The Halo Effect

Synopsis | Excerpt | Praise

Chapter One

The first thing she saw were the woman’s feet, so white they looked like the marble feet on the statue of the Virgin Mary who wears the gold halo and stands in the Catholic church where she attends mass every morning before coming to work at the high-rise hotel on Sixth Avenue. The church where she attended Sunday mass only four hours before. Except these feet oozed black-red blood.

Celia Rodriguez stared, not yet comprehending.
The Virgin’s feet do not bleed, though. Christ’s feet do. Holes through to the soles, spilling blood.

For the love of God.

No. No love here. Blood. Nighttime pools of congealed blood.

These are still only fragments of thought as her mind raced to keep up with her eyes. She could not make sense of this scene. Not yet.

The mosaic of horror seemed to take forever to fall into place, but in reality, from the time the maid walked into the room to the time she finally opened her mouth to attempt—and fail—at a scream, only one minute passed.

Holy Mother of God.

In random order Celia Rodriguez registered that there were fifty-dollar bills, no longer green but soaked dark brown, dozens of them, surrounding the woman’s head. Like a halo. And what she had first thought was a blanket was a voluminous black dress pushed up to show shapely naked legs. No, revealing more. Pushed up farther to reveal a chestnut patch of hair between the legs. Too bare. More naked than naked.

The fifty-year-old housekeeper and mother of three stared, sure that what she saw was a vision of some kind.

The woman’s pubis had been shaved in a particular shape.

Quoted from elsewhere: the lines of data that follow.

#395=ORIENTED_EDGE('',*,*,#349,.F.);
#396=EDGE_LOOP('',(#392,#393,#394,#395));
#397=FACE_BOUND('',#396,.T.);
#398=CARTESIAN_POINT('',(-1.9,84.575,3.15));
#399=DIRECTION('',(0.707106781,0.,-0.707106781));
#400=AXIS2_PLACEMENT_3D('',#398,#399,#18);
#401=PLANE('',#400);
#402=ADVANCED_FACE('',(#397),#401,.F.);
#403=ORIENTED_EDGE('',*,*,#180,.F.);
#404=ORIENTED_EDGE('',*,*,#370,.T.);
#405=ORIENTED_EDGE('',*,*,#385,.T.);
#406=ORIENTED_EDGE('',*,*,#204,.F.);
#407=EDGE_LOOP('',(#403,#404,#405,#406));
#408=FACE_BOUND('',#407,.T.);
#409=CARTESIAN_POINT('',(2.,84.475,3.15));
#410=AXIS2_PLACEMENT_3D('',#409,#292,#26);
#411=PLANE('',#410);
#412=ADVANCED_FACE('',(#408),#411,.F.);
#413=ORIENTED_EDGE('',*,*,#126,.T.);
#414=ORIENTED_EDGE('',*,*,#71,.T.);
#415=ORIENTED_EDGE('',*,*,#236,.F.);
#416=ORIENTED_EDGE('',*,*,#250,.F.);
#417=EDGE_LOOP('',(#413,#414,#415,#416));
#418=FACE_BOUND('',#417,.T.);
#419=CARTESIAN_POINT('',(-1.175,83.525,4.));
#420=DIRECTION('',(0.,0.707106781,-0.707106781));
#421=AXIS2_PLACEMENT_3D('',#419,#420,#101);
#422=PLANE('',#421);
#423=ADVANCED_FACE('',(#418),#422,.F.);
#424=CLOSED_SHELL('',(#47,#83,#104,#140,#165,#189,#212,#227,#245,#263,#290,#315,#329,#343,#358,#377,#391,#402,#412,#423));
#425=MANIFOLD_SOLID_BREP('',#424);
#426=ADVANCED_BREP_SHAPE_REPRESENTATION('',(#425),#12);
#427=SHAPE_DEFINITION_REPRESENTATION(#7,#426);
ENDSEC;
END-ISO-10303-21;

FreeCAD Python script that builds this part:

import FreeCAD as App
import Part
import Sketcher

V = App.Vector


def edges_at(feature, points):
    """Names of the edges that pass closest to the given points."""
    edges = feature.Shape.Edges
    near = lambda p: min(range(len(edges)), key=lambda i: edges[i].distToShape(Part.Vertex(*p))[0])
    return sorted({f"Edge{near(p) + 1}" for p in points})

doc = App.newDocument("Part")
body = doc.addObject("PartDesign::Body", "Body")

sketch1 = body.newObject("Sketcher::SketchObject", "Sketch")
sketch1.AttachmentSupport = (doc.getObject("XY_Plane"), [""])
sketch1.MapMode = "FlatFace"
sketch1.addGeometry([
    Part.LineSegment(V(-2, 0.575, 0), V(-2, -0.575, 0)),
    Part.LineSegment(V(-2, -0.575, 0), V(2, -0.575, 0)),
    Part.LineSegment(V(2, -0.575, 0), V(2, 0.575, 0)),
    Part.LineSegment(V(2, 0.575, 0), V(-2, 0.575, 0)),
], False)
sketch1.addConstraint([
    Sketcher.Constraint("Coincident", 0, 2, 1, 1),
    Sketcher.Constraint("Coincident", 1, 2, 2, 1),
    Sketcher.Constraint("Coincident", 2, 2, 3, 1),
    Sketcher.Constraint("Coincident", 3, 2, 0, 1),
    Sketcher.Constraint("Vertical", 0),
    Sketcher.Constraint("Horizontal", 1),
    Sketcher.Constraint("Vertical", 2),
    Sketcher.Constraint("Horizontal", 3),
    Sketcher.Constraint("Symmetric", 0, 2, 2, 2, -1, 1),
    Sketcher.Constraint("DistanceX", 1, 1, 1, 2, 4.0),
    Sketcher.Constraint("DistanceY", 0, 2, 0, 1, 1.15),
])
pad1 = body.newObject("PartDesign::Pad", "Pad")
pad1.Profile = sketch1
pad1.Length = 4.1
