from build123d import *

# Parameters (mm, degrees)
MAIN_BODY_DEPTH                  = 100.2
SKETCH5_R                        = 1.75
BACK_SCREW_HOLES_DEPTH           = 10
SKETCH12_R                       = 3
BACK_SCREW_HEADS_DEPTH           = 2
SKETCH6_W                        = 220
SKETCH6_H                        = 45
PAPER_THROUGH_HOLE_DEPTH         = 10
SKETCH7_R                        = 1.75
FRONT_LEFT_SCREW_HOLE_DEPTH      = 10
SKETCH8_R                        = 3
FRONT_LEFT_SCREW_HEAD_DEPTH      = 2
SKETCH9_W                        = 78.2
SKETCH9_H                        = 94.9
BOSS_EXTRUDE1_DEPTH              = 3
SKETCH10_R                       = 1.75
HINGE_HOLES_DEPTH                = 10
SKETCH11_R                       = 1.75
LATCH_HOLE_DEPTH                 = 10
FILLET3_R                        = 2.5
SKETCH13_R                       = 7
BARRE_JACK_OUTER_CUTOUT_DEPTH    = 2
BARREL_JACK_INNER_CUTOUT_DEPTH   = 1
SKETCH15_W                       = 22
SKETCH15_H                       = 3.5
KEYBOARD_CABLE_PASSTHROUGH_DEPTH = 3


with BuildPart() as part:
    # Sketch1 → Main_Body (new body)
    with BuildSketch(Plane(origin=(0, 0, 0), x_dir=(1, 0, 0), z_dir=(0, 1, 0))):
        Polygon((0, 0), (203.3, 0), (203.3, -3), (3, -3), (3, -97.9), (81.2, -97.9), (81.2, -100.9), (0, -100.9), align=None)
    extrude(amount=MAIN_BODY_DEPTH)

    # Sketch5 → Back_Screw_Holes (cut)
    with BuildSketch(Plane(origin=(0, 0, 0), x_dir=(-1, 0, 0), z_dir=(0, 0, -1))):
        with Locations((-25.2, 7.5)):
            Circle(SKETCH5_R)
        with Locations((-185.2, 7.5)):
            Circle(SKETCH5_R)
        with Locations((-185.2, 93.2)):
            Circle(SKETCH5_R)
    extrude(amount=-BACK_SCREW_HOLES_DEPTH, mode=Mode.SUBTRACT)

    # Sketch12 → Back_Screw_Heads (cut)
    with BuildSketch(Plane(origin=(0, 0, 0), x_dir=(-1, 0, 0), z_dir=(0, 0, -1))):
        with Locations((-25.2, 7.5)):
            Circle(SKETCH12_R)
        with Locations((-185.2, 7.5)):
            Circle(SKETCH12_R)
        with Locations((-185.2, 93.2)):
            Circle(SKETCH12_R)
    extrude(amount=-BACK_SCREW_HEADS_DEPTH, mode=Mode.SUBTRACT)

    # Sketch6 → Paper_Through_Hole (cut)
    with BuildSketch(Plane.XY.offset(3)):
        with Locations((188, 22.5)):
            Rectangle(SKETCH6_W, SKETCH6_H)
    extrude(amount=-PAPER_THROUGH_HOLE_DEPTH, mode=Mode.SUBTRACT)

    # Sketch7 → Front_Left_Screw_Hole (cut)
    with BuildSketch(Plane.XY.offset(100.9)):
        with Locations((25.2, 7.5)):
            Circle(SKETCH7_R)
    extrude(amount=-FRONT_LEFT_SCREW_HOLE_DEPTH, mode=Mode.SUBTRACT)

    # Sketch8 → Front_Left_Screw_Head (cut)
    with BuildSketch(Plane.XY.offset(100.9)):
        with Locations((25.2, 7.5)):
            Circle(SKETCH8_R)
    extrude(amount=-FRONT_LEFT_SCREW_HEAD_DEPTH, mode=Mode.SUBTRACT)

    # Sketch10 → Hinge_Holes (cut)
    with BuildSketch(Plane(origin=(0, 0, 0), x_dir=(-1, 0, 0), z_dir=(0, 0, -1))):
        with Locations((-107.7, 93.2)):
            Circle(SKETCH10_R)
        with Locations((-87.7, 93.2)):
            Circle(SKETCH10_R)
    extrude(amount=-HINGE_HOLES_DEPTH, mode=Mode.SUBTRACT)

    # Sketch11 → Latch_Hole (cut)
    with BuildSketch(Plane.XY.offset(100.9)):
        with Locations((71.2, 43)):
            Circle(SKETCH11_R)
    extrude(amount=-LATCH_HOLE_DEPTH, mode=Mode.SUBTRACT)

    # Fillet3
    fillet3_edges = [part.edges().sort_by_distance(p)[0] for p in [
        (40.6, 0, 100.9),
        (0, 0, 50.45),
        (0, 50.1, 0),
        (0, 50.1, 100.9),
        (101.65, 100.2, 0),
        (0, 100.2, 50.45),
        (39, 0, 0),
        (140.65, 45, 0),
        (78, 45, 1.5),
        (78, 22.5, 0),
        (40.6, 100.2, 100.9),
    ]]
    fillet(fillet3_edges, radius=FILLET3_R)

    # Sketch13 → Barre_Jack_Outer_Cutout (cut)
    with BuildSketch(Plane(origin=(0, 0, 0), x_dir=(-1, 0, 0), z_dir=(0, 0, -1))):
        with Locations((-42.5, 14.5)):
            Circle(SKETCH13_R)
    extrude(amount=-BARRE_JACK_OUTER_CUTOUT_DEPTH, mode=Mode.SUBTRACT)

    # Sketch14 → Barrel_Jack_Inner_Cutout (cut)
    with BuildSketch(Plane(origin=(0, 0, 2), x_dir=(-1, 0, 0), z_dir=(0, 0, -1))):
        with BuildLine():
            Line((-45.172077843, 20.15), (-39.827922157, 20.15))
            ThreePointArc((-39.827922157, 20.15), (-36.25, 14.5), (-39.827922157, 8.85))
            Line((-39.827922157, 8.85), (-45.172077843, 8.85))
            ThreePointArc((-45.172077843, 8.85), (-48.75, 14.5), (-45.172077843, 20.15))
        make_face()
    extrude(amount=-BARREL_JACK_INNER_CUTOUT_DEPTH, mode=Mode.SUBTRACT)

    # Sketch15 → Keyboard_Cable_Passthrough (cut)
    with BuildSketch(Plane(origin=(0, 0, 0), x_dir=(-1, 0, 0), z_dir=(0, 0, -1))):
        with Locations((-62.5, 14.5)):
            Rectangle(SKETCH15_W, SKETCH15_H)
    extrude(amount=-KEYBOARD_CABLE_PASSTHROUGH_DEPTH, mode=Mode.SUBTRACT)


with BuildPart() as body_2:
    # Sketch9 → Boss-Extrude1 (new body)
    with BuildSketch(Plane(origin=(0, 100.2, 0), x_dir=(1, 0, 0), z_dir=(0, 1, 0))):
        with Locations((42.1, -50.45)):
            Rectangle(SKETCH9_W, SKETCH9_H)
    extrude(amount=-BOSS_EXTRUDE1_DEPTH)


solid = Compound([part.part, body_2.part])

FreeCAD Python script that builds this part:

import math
import FreeCAD as App
import Part
import Sketcher
from FreeCAD import Vector


def edges_at(feature, points):
    """Names of the edges that pass closest to the given points."""
    edges = feature.Shape.Edges
    near = lambda p: min(range(len(edges)), key=lambda i: edges[i].distToShape(Part.Vertex(*p))[0])
    return sorted({f"Edge{near(p) + 1}" for p in points})


def add_polygon(sketch, points):
    """Adds a closed chain of lines whose ends are joined by coincident constraints."""
    first, n = sketch.GeometryCount, len(points)
    for a, b in zip(points, points[1:] + points[:1]):
        sketch.addGeometry(Part.LineSegment(App.Vector(*a, 0), App.Vector(*b, 0)), False)
    for i in range(n):
        sketch.addConstraint(Sketcher.Constraint("Coincident", first + i, 2, first + (i + 1) % n, 1))

doc = App.newDocument("Part")
body = doc.addObject("PartDesign::Body", "Body")

# Sketch on XZ plane
sketch1 = doc.addObject("Sketcher::SketchObject", "Sketch")
body.addObject(sketch1)
sketch1.AttachmentSupport = (doc.XZ_Plane, [""])
sketch1.MapMode = "FlatFace"
add_polygon(sketch1, [(203.3, 0), (0, 0), (0, 100.9), (81.2, 100.9), (81.2, 97.9), (3, 97.9), (3, 3), (203.3, 3)])  # lines 0-7
sketch1.addConstraint(Sketcher.Constraint("Horizontal", 0))
sketch1.addConstraint(Sketcher.Constraint("Vertical", 1))
sketch1.addConstraint(Sketcher.Constraint("Horizontal", 2))
sketch1.addConstraint(Sketcher.Constraint("Vertical", 3))
sketch1.addConstraint(Sketcher.Constraint("Horizontal", 4))
sketch1.addConstraint(Sketcher.Constraint("Vertical", 5))
sketch1.addConstraint(Sketcher.Constraint("Horizontal", 6))
sketch1.addConstraint(Sketcher.Constraint("Vertical", 7))
sketch1.addConstraint(Sketcher.Constraint("Coincident", 0, 2, -1, 1))
sketch1.addConstraint(Sketcher.Constraint("Equal", 3, 7))
sketch1.addConstraint(Sketcher.Constraint("DistanceY", 3, 2, 3, 1, 3.0))
sketch1.addConstraint(Sketcher.Constraint("DistanceX", 0, 2, 0, 1, 203.3))
sketch1.addConstraint(Sketcher.Constraint("DistanceX", 2, 1, 2, 2, 81.2))
sketch1.addConstraint(Sketcher.Constraint("DistanceX", 4, 2, 4, 1, 78.2))
sketch1.addConstraint(Sketcher.Constraint("DistanceY", 1, 1, 1, 2, 100.9))
pad1 = doc.addObject("PartDesign::Pad", "Pad")
body.addObject(pad1)
pad1.Profile = sketch1
pad1.Length = 100.2
pad1.Reversed = True

# Sketch on XY plane
sketch2 = doc.addObject("Sketcher::SketchObject", "Sketch001")
body.addObject(sketch2)
sketch2.AttachmentSupport = (doc.XY_Plane, [""])
sketch2.MapMode = "FlatFace"
sketch2.addGeometry(Part.Circle(Vector(25.2, 7.5, 0), Vector(0, 0, 1), 1.75), False)
sketch2.addGeometry(Part.Circle(Vector(185.2, 7.5, 0), Vector(0, 0, 1), 1.75), False)
sketch2.addGeometry(Part.Circle(Vector(185.2, 93.2, 0), Vector(0, 0, 1), 1.75), False)
sketch2.addConstraint(Sketcher.Constraint("Equal", 0, 1))
sketch2.addConstraint(Sketcher.Constraint("Equal", 1, 2))
sketch2.addConstraint(Sketcher.Constraint("Horizontal", 0, 3, 1, 3))
sketch2.addConstraint(Sketcher.Constraint("Vertical", 1, 3, 2, 3))
sketch2.addConstraint(Sketcher.Constraint("Diameter", 0, 3.5))
sketch2.addConstraint(Sketcher.Constraint("DistanceX", 0, 3, 1, 3, 160.0))
sketch2.addConstraint(Sketcher.Constraint("DistanceX", -1, 1, 0, 3, 25.2))
sketch2.addConstraint(Sketcher.Constraint("DistanceY", -1, 1, 0, 3, 7.5))
sketch2.addConstraint(Sketcher.Constraint("DistanceY", -1, 1, 2, 3, 93.2))
pocket1 = doc.addObject("PartDesign::Pocket", "Pocket")
body.addObject(pocket1)
pocket1.Profile = sketch2
pocket1.Length = 10
pocket1.Reversed = True

# Sketch on XY plane
sketch3 = doc.addObject("Sketcher::SketchObject", "Sketch002")
body.addObject(sketch3)
sketch3.AttachmentSupport = (doc.XY_Plane, [""])
sketch3.MapMode = "FlatFace"
sketch3.addGeometry(Part.Circle(Vector(25.2, 7.5, 0), Vector(0, 0, 1), 3), False)
sketch3.addGeometry(Part.Circle(Vector(185.2, 7.5, 0), Vector(0, 0, 1), 3), False)
sketch3.addGeometry(Part.Circle(Vector(185.2, 93.2, 0), Vector(0, 0, 1), 3), False)
sketch3.addConstraint(Sketcher.Constraint("Equal", 0, 1))
sketch3.addConstraint(Sketcher.Constraint("Equal", 1, 2))
sketch3.addConstraint(Sketcher.Constraint("Horizontal", 0, 3, 1, 3))
sketch3.addConstraint(Sketcher.Constraint("Vertical", 1, 3, 2, 3))
sketch3.addConstraint(Sketcher.Constraint("Diameter", 0, 6.0))
sketch3.addConstraint(Sketcher.Constraint("DistanceX", 0, 3, 1, 3, 160.0))
sketch3.addConstraint(Sketcher.Constraint("DistanceX", -1, 1, 0, 3, 25.2))
sketch3.addConstraint(Sketcher.Constraint("DistanceY", -1, 1, 0, 3, 7.5))
sketch3.addConstraint(Sketcher.Constraint("DistanceY", -1, 1, 2, 3, 93.2))
pocket2 = doc.addObject("PartDesign::Pocket", "Pocket001")
body.addObject(pocket2)
pocket2.Profile = sketch3
pocket2.Length = 2
pocket2.Reversed = True

# Sketch on XY plane
sketch4 = doc.addObject("Sketcher::SketchObject", "Sketch003")
body.addObject(sketch4)
sketch4.AttachmentSupport = (doc.XY_Plane, [""])
sketch4.MapMode = "FlatFace"
sketch4.AttachmentOffset = App.Placement(Vector(0, 0, 3), App.Rotation())
add_polygon(sketch4, [(78, 45), (78, 0), (298, 0), (298, 45)])  # lines 0-3
sketch4.addConstraint(Sketcher.Constraint("Vertical", 0))
sketch4.addConstraint(Sketcher.Constraint("Horizontal", 1))
sketch4.addConstraint(Sketcher.Constraint("Vertical", 2))
sketch4.addConstraint(Sketcher.Constraint("Horizontal", 3))
sketch4.addConstraint(Sketcher.Constraint("PointOnObject", 0, 2, -1))
sketch4.addConstraint(Sketcher.Constraint("DistanceX", 1, 1, 1, 2, 220.0))
sketch4.addConstraint(Sketcher.Constraint("DistanceY", 0, 2, 0, 1, 45.0))
sketch4.addConstraint(Sketcher.Constraint("DistanceX", -1, 1, 0, 2, 78.0))
pocket3 = doc.addObject("PartDesign::Pocket", "Pocket002")
body.addObject(pocket3)
pocket3.Profile = sketch4
pocket3.Length = 10

# Sketch on XY plane
sketch5 = doc.addObject("Sketcher::SketchObject", "Sketch004")
body.addObject(sketch5)
sketch5.AttachmentSupport = (doc.XY_Plane, [""])
sketch5.MapMode = "FlatFace"
sketch5.AttachmentOffset = App.Placement(Vector(0, 0, 100.9), App.Rotation())
sketch5.addGeometry(Part.Circle(Vector(25.2, 7.5, 0), Vector(0, 0, 1), 1.75), False)
sketch5.addConstraint(Sketcher.Constraint("Diameter", 0, 3.5))
sketch5.addConstraint(Sketcher.Constraint("DistanceX", -1, 1, 0, 3, 25.2))
sketch5.addConstraint(Sketcher.Constraint("DistanceY", -1, 1, 0, 3, 7.5))
pocket4 = doc.addObject("PartDesign::Pocket", "Pocket003")
body.addObject(pocket4)
pocket4.Profile = sketch5
pocket4.Length = 10

# Sketch on XY plane
sketch6 = doc.addObject("Sketcher::SketchObject", "Sketch005")
body.addObject(sketch6)
sketch6.AttachmentSupport = (doc.XY_Plane, [""])
sketch6.MapMode = "FlatFace"
sketch6.AttachmentOffset = App.Placement(Vector(0, 0, 100.9), App.Rotation())
sketch6.addGeometry(Part.Circle(Vector(25.2, 7.5, 0), Vector(0, 0, 1), 3), False)
sketch6.addConstraint(Sketcher.Constraint("Diameter", 0, 6.0))
sketch6.addConstraint(Sketcher.Constraint("DistanceX", -1, 1, 0, 3, 25.2))
sketch6.addConstraint(Sketcher.Constraint("DistanceY", -1, 1, 0, 3, 7.5))
pocket5 = doc.addObject("PartDesign::Pocket", "Pocket004")
body.addObject(pocket5)
pocket5.Profile = sketch6
pocket5.Length = 2

# Sketch on XY plane
sketch7 = doc.addObject("Sketcher::SketchObject", "Sketch006")
body.addObject(sketch7)
sketch7.AttachmentSupport = (doc.XY_Plane, [""])
sketch7.MapMode = "FlatFace"
sketch7.addGeometry(Part.Circle(Vector(107.7, 93.2, 0), Vector(0, 0, 1), 1.75), False)
sketch7.addGeometry(Part.Circle(Vector(87.7, 93.2, 0), Vector(0, 0, 1), 1.75), False)
sketch7.addConstraint(Sketcher.Constraint("Equal", 0, 1))
sketch7.addConstraint(Sketcher.Constraint("Horizontal", 0, 3, 1, 3))
sketch7.addConstraint(Sketcher.Constraint("Diameter", 0, 3.5))
sketch7.addConstraint(Sketcher.Constraint("DistanceX", 1, 3, 0, 3, 20.0))
sketch7.addConstraint(Sketcher.Constraint("DistanceX", -1, 1, 0, 3, 107.7))
sketch7.addConstraint(Sketcher.Constraint("DistanceY", -1, 1, 0, 3, 93.2))
pocket6 = doc.addObject("PartDesign::Pocket", "Pocket005")
body.addObject(pocket6)
pocket6.Profile = sketch7
pocket6.Length = 10
pocket6.Reversed = True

She knew this shape. But before she could focus on that, she saw that there was blood oozing from there, too. Celia’s eyes shifted from right to left, taking in that the woman’s hands were outstretched in a T position and lying in yet more viscous blood.

Celia could not believe what she saw. None of it. Especially not the shape the hair had been shaved into. She knew this shape. It was engraved on her own heart. It hung around her own neck in gold.

It was a cross.

With that, everything finally slipped into place: the plentiful and flowing dress was a nun’s habit.

The Spanish woman who opened the door only seconds before fell to her knees and touched the corner of the robe. Her hand came away, stained with bright crimson. She was mesmerized by this horror that made her think of a shrine in the back of her church. Our Lady of Sorrows.

Her eyes returned to the shape carved out of the wiry hair. Why did she have to keep looking there? At that cross. At that blasphemy.

And then she saw more. There was more?

Dripping from the woman’s nether mouth was not just blood, but something that was alive, moving, almost crawling. No, it was a rosary that was dripping blood, drop by drop from bead to bead. The blood had washed over the oval medal of the Virgin and had painted the Christ figure. What had flowed off of him had soaked into the carpet. And still it came. And still it came. Christ’s blood. This poor woman’s blood.

The housekeeper opened her mouth and tried to scream but no sound came. She called for her God, and even if he heard her, no one else did.

It would be nearly half an hour before she could make any noise. Then hotel security came, followed ten minutes later by three uniformed policemen. But it would take an hour for Detective Noah Jordain of the Special Victims Unit to get the phone call while he was sitting in a steamy and crowded restaurant in Chinatown, finishing up a spicy bowl of hot and sour soup and about to start in on a platter of crabs in black bean sauce.

Twenty-four hours later, Jordain learned that the woman who had been brutally murdered was not a woman of God at all, not married to Jesus Christ or pledged to charity or good works, but rather a call girl who had one prior and had just finished up her last stint in prison four months before.

“At least she had a head start at getting into heaven in that outfit,” Jordain said after leaving the autopsy room, while he and his partner, Mark Perez, examined the nun’s habit the woman was wearing.

“Noah, if you say prayers, you’d better start praying,” Perez suggested.

“To help her get in?”

“No, that this isn’t the beginning of something.”

Jordain nodded. He’d already been there, thought that. A murder like this, ritualistic and designed, was not just an act of passion. It was, in all likelihood, the calling card of a sociopath on a mission.

Statistically, things would get far worse before they got any better.